[Records from a dataset]
☆ ☆ ☆ ☆ ☆
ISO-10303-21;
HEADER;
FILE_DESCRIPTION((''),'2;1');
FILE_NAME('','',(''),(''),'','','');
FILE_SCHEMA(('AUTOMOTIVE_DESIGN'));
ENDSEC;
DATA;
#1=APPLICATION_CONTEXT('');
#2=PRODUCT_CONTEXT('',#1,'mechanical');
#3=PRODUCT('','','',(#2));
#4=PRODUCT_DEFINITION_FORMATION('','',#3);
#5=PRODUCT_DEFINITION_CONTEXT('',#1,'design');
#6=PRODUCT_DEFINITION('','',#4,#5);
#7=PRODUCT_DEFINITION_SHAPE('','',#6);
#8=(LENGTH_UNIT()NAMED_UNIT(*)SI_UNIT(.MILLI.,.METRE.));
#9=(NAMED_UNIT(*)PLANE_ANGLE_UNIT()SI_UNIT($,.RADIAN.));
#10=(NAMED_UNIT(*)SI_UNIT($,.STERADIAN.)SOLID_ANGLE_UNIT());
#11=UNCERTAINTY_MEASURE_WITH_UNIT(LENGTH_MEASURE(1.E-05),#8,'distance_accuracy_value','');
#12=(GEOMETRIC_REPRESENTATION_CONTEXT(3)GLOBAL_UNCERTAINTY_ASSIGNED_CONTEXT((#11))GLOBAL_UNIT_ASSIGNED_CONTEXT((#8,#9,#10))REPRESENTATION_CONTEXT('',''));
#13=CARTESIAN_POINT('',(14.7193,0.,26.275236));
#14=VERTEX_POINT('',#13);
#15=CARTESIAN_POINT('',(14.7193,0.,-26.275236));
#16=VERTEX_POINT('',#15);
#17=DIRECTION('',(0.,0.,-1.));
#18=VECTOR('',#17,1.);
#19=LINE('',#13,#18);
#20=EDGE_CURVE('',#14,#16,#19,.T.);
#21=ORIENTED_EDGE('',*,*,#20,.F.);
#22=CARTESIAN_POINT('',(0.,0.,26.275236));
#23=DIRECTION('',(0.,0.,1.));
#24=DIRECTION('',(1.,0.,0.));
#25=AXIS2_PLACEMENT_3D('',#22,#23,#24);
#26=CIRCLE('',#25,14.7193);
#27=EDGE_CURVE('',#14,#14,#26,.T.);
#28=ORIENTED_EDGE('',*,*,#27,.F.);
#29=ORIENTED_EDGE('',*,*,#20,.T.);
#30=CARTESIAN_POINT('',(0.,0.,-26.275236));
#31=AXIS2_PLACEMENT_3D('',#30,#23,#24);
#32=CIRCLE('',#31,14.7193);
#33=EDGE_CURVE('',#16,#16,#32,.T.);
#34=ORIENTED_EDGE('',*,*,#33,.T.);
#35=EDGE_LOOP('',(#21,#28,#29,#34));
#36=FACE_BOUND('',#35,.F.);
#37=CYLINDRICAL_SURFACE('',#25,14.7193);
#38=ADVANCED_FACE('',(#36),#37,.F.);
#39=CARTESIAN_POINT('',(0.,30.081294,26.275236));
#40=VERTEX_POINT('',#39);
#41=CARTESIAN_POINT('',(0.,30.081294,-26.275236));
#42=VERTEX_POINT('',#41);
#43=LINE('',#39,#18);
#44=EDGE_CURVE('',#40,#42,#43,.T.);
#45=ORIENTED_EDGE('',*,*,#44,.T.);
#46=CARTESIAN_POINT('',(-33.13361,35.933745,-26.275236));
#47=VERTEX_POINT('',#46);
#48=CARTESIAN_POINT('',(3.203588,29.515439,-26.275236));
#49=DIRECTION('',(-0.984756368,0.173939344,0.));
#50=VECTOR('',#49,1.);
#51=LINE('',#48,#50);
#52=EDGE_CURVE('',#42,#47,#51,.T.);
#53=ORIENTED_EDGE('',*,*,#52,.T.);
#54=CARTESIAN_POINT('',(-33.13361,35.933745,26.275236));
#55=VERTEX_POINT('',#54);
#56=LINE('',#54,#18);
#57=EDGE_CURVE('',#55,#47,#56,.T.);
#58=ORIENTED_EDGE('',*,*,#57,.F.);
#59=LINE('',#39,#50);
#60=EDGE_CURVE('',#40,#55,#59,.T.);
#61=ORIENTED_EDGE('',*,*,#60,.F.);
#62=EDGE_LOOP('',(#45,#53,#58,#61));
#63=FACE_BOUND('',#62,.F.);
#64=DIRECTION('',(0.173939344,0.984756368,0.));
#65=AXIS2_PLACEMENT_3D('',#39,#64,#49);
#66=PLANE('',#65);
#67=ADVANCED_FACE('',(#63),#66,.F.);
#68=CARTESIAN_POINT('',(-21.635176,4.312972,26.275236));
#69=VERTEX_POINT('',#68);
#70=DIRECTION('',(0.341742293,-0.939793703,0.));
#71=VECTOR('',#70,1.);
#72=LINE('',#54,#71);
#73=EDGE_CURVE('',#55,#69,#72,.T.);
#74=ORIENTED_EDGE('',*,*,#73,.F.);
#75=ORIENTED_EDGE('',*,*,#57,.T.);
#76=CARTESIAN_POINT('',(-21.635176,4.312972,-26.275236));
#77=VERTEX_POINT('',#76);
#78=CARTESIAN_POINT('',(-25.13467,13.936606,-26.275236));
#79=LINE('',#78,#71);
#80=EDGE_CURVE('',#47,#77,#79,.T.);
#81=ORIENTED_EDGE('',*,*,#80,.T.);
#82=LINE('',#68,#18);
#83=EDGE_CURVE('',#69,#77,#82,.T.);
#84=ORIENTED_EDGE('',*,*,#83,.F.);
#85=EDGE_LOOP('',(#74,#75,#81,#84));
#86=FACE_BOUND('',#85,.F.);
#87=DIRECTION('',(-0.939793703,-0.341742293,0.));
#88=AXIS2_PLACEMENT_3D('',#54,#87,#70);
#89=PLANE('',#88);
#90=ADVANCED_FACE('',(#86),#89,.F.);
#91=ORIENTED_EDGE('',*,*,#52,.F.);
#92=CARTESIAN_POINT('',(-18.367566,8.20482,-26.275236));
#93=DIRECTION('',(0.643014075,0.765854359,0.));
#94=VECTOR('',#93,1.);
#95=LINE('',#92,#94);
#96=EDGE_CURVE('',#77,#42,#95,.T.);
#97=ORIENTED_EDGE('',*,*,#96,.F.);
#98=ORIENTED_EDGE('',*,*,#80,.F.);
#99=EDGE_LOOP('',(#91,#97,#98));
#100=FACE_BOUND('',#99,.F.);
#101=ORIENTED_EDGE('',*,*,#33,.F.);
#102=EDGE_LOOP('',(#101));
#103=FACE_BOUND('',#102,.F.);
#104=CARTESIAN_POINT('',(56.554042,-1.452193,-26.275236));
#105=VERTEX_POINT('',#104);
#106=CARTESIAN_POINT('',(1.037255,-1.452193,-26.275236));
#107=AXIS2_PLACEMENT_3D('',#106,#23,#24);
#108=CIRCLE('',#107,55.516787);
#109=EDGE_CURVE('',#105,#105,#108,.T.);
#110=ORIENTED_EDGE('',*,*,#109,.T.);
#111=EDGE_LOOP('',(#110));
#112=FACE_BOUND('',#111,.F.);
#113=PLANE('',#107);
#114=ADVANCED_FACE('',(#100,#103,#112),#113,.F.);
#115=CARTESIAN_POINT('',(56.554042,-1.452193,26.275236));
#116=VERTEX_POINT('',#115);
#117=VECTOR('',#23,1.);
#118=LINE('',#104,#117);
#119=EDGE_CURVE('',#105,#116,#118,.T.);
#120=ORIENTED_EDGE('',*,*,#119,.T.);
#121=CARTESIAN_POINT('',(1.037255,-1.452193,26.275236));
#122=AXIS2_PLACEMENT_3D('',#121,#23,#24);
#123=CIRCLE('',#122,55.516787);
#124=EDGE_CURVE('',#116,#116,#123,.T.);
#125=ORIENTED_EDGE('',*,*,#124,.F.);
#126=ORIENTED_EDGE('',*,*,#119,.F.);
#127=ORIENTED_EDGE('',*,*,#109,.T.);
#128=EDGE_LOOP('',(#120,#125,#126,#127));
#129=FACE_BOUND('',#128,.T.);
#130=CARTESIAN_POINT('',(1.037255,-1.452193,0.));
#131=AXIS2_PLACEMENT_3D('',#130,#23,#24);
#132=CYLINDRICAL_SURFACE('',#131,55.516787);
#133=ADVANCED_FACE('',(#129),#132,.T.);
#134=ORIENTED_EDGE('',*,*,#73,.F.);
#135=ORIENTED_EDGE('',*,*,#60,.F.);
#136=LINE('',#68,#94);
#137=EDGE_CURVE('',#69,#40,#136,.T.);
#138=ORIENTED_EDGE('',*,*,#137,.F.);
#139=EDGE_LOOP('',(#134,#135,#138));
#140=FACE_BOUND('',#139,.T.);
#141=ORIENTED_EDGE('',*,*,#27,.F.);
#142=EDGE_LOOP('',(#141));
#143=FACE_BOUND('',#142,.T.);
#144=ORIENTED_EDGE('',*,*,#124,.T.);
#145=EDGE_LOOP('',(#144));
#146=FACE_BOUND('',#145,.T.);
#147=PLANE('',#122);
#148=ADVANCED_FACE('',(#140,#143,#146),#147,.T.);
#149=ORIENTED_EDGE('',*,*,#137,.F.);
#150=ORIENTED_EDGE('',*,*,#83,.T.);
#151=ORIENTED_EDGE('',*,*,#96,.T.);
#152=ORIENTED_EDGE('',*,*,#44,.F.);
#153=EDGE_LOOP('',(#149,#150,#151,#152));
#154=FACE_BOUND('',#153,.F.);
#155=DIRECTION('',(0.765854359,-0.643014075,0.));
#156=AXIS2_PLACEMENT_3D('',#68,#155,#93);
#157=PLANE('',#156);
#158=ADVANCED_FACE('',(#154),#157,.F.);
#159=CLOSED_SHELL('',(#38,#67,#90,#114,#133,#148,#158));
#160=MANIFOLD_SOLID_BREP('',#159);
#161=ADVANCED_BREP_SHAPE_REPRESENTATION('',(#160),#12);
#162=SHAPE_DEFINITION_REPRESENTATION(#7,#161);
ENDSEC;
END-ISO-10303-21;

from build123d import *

# Parameters (mm, degrees)
F0_R     = 55.5167866595
F1_DEPTH = 26.2752361596
F3_DEPTH = 74.1270780563
F4_R     = 14.7193
F5_DEPTH = 121.8407154083


with BuildPart() as f1:
    # F0 (on Top) → F1 (new body, symmetric)
    with BuildSketch(Plane.XY):
        with Locations((1.0372549295, -1.4521926641)):
            Circle(F0_R)
    extrude(amount=F1_DEPTH, both=True)

    # F2 (on face) → F3 (cut)
    with BuildSketch(Plane.XY.offset(26.2752361596)):
        Polygon((-21.6351760827, 4.3129721936), (0, 30.081294477), (-33.1336097517, 35.9337454382), align=None)
    extrude(amount=-F3_DEPTH, mode=Mode.SUBTRACT)

    # F4 (on face) → F5 (cut)
    with BuildSketch(Plane.XY.offset(26.2752361596)):
        Circle(F4_R)
    extrude(amount=-F5_DEPTH, mode=Mode.SUBTRACT)


solid = f1.part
☆ ☆ ☆ ☆ ☆
§ **PROBLEM DETAILS**
Look above for the line holding "#131=AXIS2_PLACEMENT_3D('',#130,#23,#24);" and the line holding "#143=FACE_BOUND('',#142,.T.);". Retype both, and every line between them, word for word and nothing else.

§ **COMPLETED EXERCISE**
#131=AXIS2_PLACEMENT_3D('',#130,#23,#24);
#132=CYLINDRICAL_SURFACE('',#131,55.516787);
#133=ADVANCED_FACE('',(#129),#132,.T.);
#134=ORIENTED_EDGE('',*,*,#73,.F.);
#135=ORIENTED_EDGE('',*,*,#60,.F.);
#136=LINE('',#68,#94);
#137=EDGE_CURVE('',#69,#40,#136,.T.);
#138=ORIENTED_EDGE('',*,*,#137,.F.);
#139=EDGE_LOOP('',(#134,#135,#138));
#140=FACE_BOUND('',#139,.T.);
#141=ORIENTED_EDGE('',*,*,#27,.F.);
#142=EDGE_LOOP('',(#141));
#143=FACE_BOUND('',#142,.T.);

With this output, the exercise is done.